# Rollcall For Those Who Did Not Go To Wonderfest



## bert model maker (Feb 19, 2002)

OK, i know a lot of members went to wonderfest, but who did not go and who is still here ?


----------



## F91 (Mar 3, 2002)

I can't think of a single reason to go to Kentucky...ever....


----------



## Zombie_61 (Apr 21, 2004)

Couldn't afford to go, probably never will.


----------



## bert model maker (Feb 19, 2002)

I wonder if they will ever move wonderfest to other states ?


----------



## modelgeek (Jul 14, 2005)

Still here!!!...Jeff :wave:


----------



## razorwyre1 (Jan 28, 2004)

every year i plan to, then somethign gomes up. this year its a combination of poverty and looking at 60+ seperate commissioned pieces to be sculpted (at least i have work!)


----------



## Hunch (Apr 6, 2003)

If I ever have the time and money to go, we will be there.
Hunch and Judy


----------



## HARRY (Mar 23, 2000)

Still here,since Wonderfest don't start til May 25.But after that I'am gone.


----------



## John P (Sep 1, 1999)

I didn't go last year, and I'm not going to go this year, either.


----------



## Duck Fink (May 2, 2005)

another year of...count me out for WF. Worst time of the year for me to take time off and have money as well.


----------



## Griffworks (Jun 24, 2002)

HARRY said:


> Still here,since Wonderfest don't start til May 25.But after that I'am gone.


Same here!
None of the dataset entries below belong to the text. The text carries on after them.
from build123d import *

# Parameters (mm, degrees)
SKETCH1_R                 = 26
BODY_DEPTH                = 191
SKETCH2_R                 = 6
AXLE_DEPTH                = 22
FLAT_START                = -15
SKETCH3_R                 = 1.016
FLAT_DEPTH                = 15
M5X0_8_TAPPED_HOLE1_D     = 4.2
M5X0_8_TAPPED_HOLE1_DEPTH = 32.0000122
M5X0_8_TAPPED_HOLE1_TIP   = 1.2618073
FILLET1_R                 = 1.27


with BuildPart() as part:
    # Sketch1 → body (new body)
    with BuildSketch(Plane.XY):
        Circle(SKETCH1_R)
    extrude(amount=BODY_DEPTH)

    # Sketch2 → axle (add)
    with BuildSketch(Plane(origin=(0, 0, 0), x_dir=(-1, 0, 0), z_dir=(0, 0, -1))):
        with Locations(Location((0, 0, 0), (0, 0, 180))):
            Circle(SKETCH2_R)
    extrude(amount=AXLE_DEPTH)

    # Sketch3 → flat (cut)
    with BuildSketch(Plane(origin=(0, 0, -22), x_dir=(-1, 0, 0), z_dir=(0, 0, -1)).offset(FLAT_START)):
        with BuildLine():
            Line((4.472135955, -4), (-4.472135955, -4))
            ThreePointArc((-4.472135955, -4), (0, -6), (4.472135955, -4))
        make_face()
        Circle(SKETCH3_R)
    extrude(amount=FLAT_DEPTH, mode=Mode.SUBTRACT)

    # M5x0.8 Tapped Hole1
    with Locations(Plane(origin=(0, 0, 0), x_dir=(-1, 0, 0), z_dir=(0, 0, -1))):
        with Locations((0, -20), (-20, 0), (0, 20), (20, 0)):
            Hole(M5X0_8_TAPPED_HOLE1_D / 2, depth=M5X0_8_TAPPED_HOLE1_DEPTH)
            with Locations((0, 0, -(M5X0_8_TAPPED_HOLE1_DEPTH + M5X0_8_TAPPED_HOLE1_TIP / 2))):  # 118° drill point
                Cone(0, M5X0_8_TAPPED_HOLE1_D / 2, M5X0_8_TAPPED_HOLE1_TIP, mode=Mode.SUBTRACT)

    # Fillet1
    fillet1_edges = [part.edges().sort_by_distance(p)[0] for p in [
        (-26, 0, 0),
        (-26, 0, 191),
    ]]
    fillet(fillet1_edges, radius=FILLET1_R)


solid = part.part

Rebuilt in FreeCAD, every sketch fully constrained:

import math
import FreeCAD as App
import Part
import Sketcher
from FreeCAD import Vector


def edges_at(feature, points):
    """Names of the edges that pass closest to the given points."""
    edges = feature.Shape.Edges
    near = lambda p: min(range(len(edges)), key=lambda i: edges[i].distToShape(Part.Vertex(*p))[0])
    return sorted({f"Edge{near(p) + 1}" for p in points})

doc = App.newDocument("Part")
body = doc.addObject("PartDesign::Body", "Body")

# Sketch on XY plane
sketch1 = body.newObject("Sketcher::SketchObject", "Sketch")
sketch1.AttachmentSupport = (doc.getObject("XY_Plane"), [""])
sketch1.MapMode = "FlatFace"
sketch1.addGeometry(Part.Circle(Vector(0, 0, 0), Vector(0, 0, 1), 26), False)
sketch1.addConstraint([
    Sketcher.Constraint("Coincident", 0, 3, -1, 1),
    Sketcher.Constraint("Diameter", 0, 52.0),
])
pad1 = body.newObject("PartDesign::Pad", "Pad")
pad1.Profile = sketch1
pad1.Length = 191

# Sketch on XY plane
sketch2 = body.newObject("Sketcher::SketchObject", "Sketch001")
sketch2.AttachmentSupport = (doc.getObject("XY_Plane"), [""])
sketch2.MapMode = "FlatFace"
sketch2.addGeometry(Part.Circle(Vector(0, 0, 0), Vector(0, 0, 1), 6), False)
sketch2.addConstraint([
    Sketcher.Constraint("Coincident", 0, 3, -1, 1),
    Sketcher.Constraint("Diameter", 0, 12.0),
])
pad2 = body.newObject("PartDesign::Pad", "Pad001")
pad2.Profile = sketch2
pad2.Length = 22
pad2.Reversed = True

# Sketch on XY plane
sketch3 = body.newObject("Sketcher::SketchObject", "Sketch002")
sketch3.AttachmentSupport = (doc.getObject("XY_Plane"), [""])
sketch3.MapMode = "FlatFace"
sketch3.AttachmentOffset = App.Placement(Vector(0, 0, -7), App.Rotation())
sketch3.addGeometry([
    Part.LineSegment(Vector(-4.472136, -4, 0), Vector(4.472136, -4, 0)),
    Part.ArcOfCircle(Part.Circle(Vector(0, 0, 0), Vector(0, 0, 1), 6), math.radians(-138.189685), math.radians(-41.810315)),
    Part.Circle(Vector(0, 0, 0), Vector(0, 0, 1), 1.016),
], False)
sketch3.addConstraint([
    Sketcher.Constraint("Coincident", 0, 1, 1, 1),
    Sketcher.Constraint("Coincident", 1, 2, 0, 2),
    Sketcher.Constraint("Horizontal", 0),
    Sketcher.Constraint("Coincident", 1, 3, -1, 1),
    Sketcher.Constraint("Coincident", 2, 3, -1, 1),
    Sketcher.Constraint("Radius", 1, 6.0),
    Sketcher.Constraint("Diameter", 2, 2.032),
    Sketcher.Constraint("DistanceY", 0, 1, -1, 1, 4.0),
])
pocket1 = body.newObject("PartDesign::Pocket", "Pocket")
pocket1.Profile = sketch3
pocket1.Length = 15

# Sketch on XY plane
sketch4 = body.newObject("Sketcher::SketchObject", "Sketch003")
sketch4.AttachmentSupport = (doc.getObject("XY_Plane"), [""])
sketch4.MapMode = "FlatFace"
sketch4.addGeometry([
    Part.Circle(Vector(0, -20, 0), Vector(0, 0, 1), 2.1),
    Part.Circle(Vector(20, 0, 0), Vector(0, 0, 1), 2.1),
    Part.Circle(Vector(0, 20, 0), Vector(0, 0, 1), 2.1),
    Part.Circle(Vector(-20, 0, 0), Vector(0, 0, 1), 2.1),
], False)
sketch4.addConstraint([
    Sketcher.Constraint("Equal", 0, 1),
    Sketcher.Constraint("Equal", 1, 2),
    Sketcher.Constraint("Equal", 2, 3),
    Sketcher.Constraint("Symmetric", 0, 3, 2, 3, -1, 1),
    Sketcher.Constraint("Symmetric", 1, 3, 3, 3, -1, 1),
    Sketcher.Constraint("PointOnObject", 0, 3, -2),
    Sketcher.Constraint("PointOnObject", 1, 3, -1),
    Sketcher.Constraint("Diameter", 0, 4.2),
    Sketcher.Constraint("DistanceY", 0, 3, -1, 1, 20.0),
    Sketcher.Constraint("DistanceX", -1, 1, 1, 3, 20.0),
])
doc.recompute()
hole = body.newObject("PartDesign::Hole", "Hole")
hole.Profile = sketch4
hole.ThreadType = "None"
hole.Diameter = 4.2
hole.DepthType = "Dimension"
hole.Depth = 32.000012
hole.DrillPoint = "Angled"
hole.DrillPointAngle = 118
hole.Reversed = True
doc.recompute()

fillet = body.newObject("PartDesign::Fillet", "Fillet")
fillet.Base = (hole, edges_at(hole, [(-26, 0, 0), (-26, 0, 191)]))
fillet.Radius = 1.27

doc.recompute()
Headin' out on the 24th for a Thursday thru Monday morning stay. Really lookin' forward to it - as always.  

Perhaps there's another event called "WonderFest" we don't know about that's taken place already....?


----------



## robiwon (Oct 20, 2006)

This will be my first Wonderfest. I'll be there Sat. and Sun. I should have my vacation check (all mine....mwwhahaha!) by then for spending money.


----------



## Griffworks (Jun 24, 2002)

model maker said:


> I wonder if they will ever move wonderfest to other states ?
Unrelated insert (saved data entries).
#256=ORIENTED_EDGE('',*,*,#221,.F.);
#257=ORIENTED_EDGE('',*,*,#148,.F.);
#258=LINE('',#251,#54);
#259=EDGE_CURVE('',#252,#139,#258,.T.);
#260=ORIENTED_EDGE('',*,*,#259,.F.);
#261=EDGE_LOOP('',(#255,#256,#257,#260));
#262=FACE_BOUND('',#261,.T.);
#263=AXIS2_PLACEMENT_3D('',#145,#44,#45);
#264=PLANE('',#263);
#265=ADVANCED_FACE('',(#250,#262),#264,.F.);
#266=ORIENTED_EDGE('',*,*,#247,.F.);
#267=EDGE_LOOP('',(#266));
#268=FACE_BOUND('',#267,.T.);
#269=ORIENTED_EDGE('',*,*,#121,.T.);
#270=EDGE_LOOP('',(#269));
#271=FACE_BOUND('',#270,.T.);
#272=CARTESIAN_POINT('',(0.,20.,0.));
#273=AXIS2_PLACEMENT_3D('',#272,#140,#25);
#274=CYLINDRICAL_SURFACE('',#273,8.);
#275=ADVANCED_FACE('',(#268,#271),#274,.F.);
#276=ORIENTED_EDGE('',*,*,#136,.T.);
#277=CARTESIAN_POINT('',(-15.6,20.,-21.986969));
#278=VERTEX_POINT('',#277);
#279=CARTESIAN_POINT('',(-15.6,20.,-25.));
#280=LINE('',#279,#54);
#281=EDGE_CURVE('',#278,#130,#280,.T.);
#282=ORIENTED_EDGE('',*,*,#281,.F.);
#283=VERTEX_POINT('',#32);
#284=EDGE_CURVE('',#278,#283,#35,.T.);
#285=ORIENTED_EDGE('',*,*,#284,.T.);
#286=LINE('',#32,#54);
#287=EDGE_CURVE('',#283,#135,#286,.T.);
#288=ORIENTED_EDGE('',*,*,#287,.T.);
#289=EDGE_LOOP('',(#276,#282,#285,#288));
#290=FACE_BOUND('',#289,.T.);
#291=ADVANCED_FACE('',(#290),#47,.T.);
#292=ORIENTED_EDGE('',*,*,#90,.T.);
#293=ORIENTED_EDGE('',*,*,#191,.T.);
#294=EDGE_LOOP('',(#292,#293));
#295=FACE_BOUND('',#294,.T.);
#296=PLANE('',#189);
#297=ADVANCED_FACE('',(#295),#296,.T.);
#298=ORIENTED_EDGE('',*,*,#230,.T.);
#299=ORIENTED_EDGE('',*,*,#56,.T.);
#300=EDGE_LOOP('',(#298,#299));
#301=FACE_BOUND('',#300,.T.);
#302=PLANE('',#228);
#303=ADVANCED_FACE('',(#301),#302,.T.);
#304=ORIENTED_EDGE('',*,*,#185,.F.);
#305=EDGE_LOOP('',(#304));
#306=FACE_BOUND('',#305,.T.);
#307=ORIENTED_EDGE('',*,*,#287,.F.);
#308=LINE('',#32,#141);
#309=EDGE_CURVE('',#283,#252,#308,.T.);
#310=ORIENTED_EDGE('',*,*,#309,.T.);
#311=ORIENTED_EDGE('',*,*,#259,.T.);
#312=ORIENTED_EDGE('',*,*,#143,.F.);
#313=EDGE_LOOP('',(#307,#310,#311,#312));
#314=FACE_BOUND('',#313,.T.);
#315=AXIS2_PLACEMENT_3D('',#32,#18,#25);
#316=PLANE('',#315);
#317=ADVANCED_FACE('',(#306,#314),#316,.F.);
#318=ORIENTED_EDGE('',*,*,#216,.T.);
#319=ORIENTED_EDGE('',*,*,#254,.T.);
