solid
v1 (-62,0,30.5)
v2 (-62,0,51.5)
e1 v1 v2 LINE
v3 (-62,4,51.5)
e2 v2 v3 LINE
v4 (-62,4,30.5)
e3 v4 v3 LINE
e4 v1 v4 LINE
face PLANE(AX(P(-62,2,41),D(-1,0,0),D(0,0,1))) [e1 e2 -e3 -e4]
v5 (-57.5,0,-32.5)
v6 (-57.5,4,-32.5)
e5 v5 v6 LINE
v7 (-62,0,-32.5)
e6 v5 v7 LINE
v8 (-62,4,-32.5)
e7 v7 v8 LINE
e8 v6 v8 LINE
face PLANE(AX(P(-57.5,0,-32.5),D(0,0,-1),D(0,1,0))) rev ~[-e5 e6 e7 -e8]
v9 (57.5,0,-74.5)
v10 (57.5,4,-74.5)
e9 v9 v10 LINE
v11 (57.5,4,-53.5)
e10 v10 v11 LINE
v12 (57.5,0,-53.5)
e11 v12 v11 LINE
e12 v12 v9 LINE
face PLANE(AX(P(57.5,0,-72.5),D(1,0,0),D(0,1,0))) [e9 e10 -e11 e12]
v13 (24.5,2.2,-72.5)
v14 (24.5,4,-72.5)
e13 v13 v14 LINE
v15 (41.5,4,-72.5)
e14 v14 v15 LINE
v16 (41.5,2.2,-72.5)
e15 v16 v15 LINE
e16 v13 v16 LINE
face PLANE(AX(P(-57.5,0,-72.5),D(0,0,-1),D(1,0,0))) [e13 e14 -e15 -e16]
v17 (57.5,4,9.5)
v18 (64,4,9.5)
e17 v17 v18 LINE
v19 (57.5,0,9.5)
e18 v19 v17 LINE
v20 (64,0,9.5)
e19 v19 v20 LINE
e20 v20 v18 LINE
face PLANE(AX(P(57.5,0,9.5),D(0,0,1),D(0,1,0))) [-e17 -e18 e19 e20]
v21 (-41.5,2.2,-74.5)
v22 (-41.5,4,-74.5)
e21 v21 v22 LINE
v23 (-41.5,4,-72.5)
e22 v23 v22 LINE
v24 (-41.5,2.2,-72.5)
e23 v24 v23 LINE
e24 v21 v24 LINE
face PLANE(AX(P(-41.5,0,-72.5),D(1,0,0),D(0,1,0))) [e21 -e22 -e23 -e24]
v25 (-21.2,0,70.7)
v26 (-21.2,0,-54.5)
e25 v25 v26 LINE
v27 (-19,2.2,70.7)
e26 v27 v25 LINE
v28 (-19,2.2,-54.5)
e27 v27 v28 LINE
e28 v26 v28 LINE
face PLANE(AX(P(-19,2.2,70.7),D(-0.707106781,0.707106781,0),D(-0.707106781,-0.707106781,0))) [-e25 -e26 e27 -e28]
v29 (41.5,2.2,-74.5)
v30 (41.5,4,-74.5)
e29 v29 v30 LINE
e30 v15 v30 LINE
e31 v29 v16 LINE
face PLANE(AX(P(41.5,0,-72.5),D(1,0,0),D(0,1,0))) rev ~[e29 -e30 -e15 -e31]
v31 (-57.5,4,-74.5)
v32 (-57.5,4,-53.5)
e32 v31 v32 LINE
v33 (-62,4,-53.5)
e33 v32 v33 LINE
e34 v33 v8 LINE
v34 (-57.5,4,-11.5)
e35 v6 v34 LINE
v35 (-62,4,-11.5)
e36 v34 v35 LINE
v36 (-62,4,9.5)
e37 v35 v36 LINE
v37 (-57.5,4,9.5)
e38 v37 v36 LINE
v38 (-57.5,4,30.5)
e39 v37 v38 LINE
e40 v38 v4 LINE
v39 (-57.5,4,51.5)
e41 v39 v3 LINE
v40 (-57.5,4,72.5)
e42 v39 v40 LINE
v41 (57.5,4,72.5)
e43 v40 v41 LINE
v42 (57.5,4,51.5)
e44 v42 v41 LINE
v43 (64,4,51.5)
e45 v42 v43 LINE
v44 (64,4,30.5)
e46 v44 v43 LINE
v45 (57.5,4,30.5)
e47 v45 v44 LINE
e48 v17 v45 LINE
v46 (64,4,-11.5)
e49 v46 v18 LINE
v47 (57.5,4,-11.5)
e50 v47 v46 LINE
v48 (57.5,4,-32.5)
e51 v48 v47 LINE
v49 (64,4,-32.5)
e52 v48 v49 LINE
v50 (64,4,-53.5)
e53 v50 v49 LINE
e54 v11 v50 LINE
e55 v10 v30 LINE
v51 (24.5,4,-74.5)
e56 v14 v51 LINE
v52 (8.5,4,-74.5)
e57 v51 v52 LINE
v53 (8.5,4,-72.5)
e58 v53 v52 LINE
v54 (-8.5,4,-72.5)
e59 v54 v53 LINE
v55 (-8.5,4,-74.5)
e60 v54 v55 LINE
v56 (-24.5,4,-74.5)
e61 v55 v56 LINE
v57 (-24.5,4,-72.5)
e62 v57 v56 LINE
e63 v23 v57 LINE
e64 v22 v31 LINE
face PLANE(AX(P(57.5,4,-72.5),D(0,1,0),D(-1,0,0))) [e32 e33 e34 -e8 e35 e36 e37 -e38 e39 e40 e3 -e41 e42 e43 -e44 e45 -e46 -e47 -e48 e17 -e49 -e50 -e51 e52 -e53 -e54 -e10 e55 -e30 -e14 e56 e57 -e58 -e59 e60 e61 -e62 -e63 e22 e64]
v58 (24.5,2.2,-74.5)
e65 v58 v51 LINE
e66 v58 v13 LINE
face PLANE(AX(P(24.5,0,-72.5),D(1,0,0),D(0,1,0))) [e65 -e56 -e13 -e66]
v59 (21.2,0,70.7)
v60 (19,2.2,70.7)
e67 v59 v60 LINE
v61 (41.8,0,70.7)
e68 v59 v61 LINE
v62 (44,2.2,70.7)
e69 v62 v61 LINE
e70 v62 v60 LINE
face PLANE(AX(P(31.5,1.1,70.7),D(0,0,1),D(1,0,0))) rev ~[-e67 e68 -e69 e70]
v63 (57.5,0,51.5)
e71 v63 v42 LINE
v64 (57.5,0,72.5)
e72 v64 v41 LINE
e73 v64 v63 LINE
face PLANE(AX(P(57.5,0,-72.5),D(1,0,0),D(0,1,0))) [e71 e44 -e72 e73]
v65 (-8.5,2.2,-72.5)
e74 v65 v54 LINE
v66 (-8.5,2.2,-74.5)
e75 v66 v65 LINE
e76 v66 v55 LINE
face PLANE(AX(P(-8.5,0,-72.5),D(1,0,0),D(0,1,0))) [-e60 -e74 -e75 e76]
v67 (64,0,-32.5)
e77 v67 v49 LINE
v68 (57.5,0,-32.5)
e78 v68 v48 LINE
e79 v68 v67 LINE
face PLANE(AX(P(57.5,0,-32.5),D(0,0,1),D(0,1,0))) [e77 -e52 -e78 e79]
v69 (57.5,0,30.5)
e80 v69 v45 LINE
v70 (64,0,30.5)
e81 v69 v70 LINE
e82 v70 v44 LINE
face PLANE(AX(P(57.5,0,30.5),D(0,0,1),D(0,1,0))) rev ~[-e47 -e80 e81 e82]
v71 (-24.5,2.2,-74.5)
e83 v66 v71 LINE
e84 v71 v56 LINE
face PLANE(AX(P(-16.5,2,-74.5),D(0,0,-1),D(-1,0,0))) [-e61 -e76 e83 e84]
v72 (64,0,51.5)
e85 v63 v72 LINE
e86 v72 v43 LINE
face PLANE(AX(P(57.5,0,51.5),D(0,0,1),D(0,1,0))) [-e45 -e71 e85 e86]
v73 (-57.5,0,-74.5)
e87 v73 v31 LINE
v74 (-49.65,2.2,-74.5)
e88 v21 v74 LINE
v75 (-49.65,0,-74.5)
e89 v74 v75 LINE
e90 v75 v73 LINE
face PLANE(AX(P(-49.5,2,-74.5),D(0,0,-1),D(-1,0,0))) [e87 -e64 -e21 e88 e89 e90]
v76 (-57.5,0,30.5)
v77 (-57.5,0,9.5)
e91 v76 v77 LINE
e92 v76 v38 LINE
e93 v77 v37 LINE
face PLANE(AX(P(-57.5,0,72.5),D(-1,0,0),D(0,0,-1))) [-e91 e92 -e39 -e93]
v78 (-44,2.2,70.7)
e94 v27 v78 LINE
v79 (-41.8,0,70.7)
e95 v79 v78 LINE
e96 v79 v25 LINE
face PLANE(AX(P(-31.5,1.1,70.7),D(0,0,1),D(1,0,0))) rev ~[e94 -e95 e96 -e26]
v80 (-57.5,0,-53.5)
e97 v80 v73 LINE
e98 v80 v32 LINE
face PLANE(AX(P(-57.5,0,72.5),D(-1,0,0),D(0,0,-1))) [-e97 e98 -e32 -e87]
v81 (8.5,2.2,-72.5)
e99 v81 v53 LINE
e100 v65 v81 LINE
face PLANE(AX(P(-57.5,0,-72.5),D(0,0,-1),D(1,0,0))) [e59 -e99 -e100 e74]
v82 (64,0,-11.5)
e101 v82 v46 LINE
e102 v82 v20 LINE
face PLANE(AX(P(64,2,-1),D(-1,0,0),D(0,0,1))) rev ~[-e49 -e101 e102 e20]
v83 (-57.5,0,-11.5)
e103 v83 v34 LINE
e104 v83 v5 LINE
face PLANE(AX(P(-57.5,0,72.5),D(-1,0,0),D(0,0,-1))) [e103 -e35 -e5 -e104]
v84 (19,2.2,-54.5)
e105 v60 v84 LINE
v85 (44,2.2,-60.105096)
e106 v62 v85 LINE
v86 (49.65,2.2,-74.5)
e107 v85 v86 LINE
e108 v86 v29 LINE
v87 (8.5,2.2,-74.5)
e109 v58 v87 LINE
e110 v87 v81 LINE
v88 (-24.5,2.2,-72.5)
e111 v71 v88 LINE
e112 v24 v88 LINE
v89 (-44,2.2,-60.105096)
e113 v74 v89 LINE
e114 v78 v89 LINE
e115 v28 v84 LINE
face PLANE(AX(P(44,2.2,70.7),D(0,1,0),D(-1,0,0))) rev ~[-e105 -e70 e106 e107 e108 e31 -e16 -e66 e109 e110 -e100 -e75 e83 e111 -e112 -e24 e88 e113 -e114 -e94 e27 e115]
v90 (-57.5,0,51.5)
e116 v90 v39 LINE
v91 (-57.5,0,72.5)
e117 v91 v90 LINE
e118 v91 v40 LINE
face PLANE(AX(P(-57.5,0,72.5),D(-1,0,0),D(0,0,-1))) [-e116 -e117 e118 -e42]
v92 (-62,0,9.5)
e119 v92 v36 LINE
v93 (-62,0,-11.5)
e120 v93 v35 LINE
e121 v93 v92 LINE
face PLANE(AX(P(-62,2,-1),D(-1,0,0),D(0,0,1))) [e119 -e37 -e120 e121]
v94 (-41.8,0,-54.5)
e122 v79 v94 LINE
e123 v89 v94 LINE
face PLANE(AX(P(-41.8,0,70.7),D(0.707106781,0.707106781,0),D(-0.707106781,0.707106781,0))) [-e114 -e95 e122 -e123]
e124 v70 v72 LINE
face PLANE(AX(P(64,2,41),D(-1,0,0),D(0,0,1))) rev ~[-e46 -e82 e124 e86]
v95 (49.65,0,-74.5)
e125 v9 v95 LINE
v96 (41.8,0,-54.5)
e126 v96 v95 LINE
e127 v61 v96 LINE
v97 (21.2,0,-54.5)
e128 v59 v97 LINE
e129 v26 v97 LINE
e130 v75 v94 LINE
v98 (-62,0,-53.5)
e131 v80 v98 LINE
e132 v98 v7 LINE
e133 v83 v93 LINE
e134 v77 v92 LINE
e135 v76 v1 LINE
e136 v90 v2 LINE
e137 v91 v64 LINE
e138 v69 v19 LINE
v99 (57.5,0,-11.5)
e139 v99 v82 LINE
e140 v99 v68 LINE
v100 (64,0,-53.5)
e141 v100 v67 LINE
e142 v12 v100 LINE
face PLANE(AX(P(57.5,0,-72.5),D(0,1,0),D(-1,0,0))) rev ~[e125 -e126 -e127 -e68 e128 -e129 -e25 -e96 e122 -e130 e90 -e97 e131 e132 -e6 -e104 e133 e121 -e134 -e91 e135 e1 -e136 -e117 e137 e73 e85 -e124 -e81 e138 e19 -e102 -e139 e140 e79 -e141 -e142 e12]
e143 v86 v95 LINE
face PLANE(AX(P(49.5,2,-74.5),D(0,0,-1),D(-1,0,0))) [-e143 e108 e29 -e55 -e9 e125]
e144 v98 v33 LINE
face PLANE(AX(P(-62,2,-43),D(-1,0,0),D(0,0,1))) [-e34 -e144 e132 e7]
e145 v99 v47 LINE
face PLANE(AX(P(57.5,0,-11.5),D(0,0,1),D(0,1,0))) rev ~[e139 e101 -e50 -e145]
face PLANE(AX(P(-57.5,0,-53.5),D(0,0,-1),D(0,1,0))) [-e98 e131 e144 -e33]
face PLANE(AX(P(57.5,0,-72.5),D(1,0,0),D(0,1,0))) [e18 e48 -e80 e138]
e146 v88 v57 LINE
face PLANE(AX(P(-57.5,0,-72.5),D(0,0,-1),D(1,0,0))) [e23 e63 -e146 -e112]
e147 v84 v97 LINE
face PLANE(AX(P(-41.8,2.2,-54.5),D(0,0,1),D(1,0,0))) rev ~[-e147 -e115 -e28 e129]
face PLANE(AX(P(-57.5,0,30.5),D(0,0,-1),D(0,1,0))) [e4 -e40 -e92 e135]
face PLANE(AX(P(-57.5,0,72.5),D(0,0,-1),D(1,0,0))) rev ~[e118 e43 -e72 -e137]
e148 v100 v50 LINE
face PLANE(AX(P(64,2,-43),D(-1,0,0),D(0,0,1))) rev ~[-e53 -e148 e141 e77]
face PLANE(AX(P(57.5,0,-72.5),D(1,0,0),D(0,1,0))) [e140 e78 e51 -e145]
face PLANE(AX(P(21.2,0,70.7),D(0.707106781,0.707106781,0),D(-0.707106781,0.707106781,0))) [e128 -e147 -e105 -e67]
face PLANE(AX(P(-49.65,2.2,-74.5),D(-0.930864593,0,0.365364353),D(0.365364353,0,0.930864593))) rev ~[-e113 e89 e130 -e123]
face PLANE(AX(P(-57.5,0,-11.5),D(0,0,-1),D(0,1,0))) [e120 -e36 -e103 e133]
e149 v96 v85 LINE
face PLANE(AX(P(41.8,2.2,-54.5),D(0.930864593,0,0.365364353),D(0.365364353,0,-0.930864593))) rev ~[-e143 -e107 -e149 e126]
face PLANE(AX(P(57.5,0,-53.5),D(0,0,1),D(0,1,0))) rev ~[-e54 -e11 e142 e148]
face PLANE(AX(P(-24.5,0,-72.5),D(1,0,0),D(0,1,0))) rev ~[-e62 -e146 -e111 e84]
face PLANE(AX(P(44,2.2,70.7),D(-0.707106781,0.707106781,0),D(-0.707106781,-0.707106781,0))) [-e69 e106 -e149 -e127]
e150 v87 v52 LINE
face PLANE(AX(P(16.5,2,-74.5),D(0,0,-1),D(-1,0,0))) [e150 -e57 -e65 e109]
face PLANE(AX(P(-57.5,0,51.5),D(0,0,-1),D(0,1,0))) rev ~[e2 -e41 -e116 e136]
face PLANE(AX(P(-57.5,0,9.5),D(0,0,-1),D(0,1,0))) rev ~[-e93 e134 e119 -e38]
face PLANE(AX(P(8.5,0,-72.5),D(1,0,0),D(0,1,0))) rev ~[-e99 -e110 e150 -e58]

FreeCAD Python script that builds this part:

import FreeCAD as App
import Part
import Sketcher

V = App.Vector

doc = App.newDocument("Part")
body = doc.addObject("PartDesign::Body", "Body")

# Sketch on XZ plane
sketch1 = body.newObject("Sketcher::SketchObject", "Sketch")
sketch1.AttachmentSupport = (doc.getObject("XZ_Plane"), [""])
sketch1.MapMode = "FlatFace"
sketch1.addGeometry([
    Part.LineSegment(V(-58, -72, 0), V(-58, 72, 0)),
    Part.LineSegment(V(-58, 72, 0), V(58, 72, 0)),
    Part.LineSegment(V(58, 72, 0), V(58, -72, 0)),
    Part.LineSegment(V(58, -72, 0), V(-58, -72, 0)),
], False)
sketch1.addConstraint([
    Sketcher.Constraint("Coincident", 0, 2, 1, 1),
    Sketcher.Constraint("Coincident", 1, 2, 2, 1),
    Sketcher.Constraint("Coincident", 2, 2, 3, 1),
    Sketcher.Constraint("Coincident", 3, 2, 0, 1),
    Sketcher.Constraint("Vertical", 0),
    Sketcher.Constraint("Horizontal", 1),
    Sketcher.Constraint("Vertical", 2),
    Sketcher.Constraint("Horizontal", 3),
    Sketcher.Constraint("Symmetric", 0, 2, 2, 2, -1, 1),
    Sketcher.Constraint("DistanceX", 1, 1, 1, 2, 115.0),
    Sketcher.Constraint("DistanceY", 0, 1, 0, 2, 145.0),
])
pad1 = body.newObject("PartDesign::Pad", "Pad")
pad1.Profile = sketch1
pad1.Length = 4
pad1.Reversed = True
Likely not unless someone else is willing to take over the reigns of setting it all up. The crew that puts it on pretty much all lives in or near Louisville. Mr. Staton the rest of the WonderFest crew have a great rapport w/the folks at the Executive West, it's less than a mile from a fairly decent-sized airport, has spacious rooms and Louisville has a lot to offer for those who want to bring their families, such as a Six-Flags less than half a mile from the ExecWest. You just can't go wrong here.


----------



## robiwon (Oct 20, 2006)

Like most people going I have a very long drive to get there. Should take me about........an hour!


----------



## Dr. Brad (Oct 5, 1999)

As usual, I'm not going. With all the expenses we have, I couldn't possibly justify to the wife, as fun as it would be....

Brad.


----------



## Rebel Rocker (Jan 26, 2000)

Had been hoping to go, but then my band got booked to play a gig at a nudist resort in Wisconsin, so, I guess I will still get to see a lot of horror figures!! 


Wayne


----------



## wrk-N-prgrss (Mar 31, 2007)

nope...definately not going...^^^rebel rocker...that really sucks for you doesnt it...lol...


----------



## irocer (Aug 22, 2000)

I can't got this time. I will be in DC with my new Freightliner Ride of Pride for the Rolling Thunder rally. I wish Wonderfest could be a different weekend, since I can only be at one event at a time.


----------



## Just Plain Al (Sep 7, 1999)

Absolutely the worse possible weekend of the year for me, maybe some day, but not until I retire again in another 20+ years.


----------



## JGG1701 (Nov 9, 2004)

Id like ta go....................
Especially with the Forbidden Zone's Aliens Power Loader making its debut! :thumbsup:


----------



## Seaview (Feb 18, 2004)

Nope; I hate to say this, but I "outgrew" conventions of ALL kinds several years ago when I discovered that no matter what kind of convention it is, it'll ALWAYS be pretty much ruined by at the very least ONE arrogant know-it-all, and that goes for models, SciFi, old west shoot-out skit competitions, Trek, militaria, and I'll bet even for doll collectors and cake decorators. :drunk: 
However, to be fair, the good that comes out of those things is renewed enthusiasim, getting to meet like minded folks face-to-face, seeing in person yet-to-be-released coming attractions and admiring the works of your "kindred spirits".


----------



## falcondesigns (Oct 30, 2002)

I went last year and took my girlfriend and had a great time,but I cant make it this year.My new kit will be going though,look for the "Wings Over the World" kit at the Kitbuilder Magazine table.Alexander


----------



## AZbuilder (Jul 16, 1999)

*Can't go either*

One of there years I will go again, the last one I went to was in '04 and had a ball. The next time I go I am taking the wife with me.

John 
AZbuilder


----------



## Storvick (Jan 21, 2003)

wish I could go but between haveing no way to get there from Orlando and no money to make a trip (my job doesn't pay me enough for this) I will have to miss out, Have been wanting to go though. Maybe when I win the Lottery or if I find a contest where the trip is paid for then I might be able to go.


----------



## AFILMDUDE (Nov 27, 2000)

I've never gone - it's a tradition!


----------



## Roland (Feb 4, 1999)

The title of this thread makes it sound like Wonderfest is happening this weekend instead of a month from now on May 25-27. 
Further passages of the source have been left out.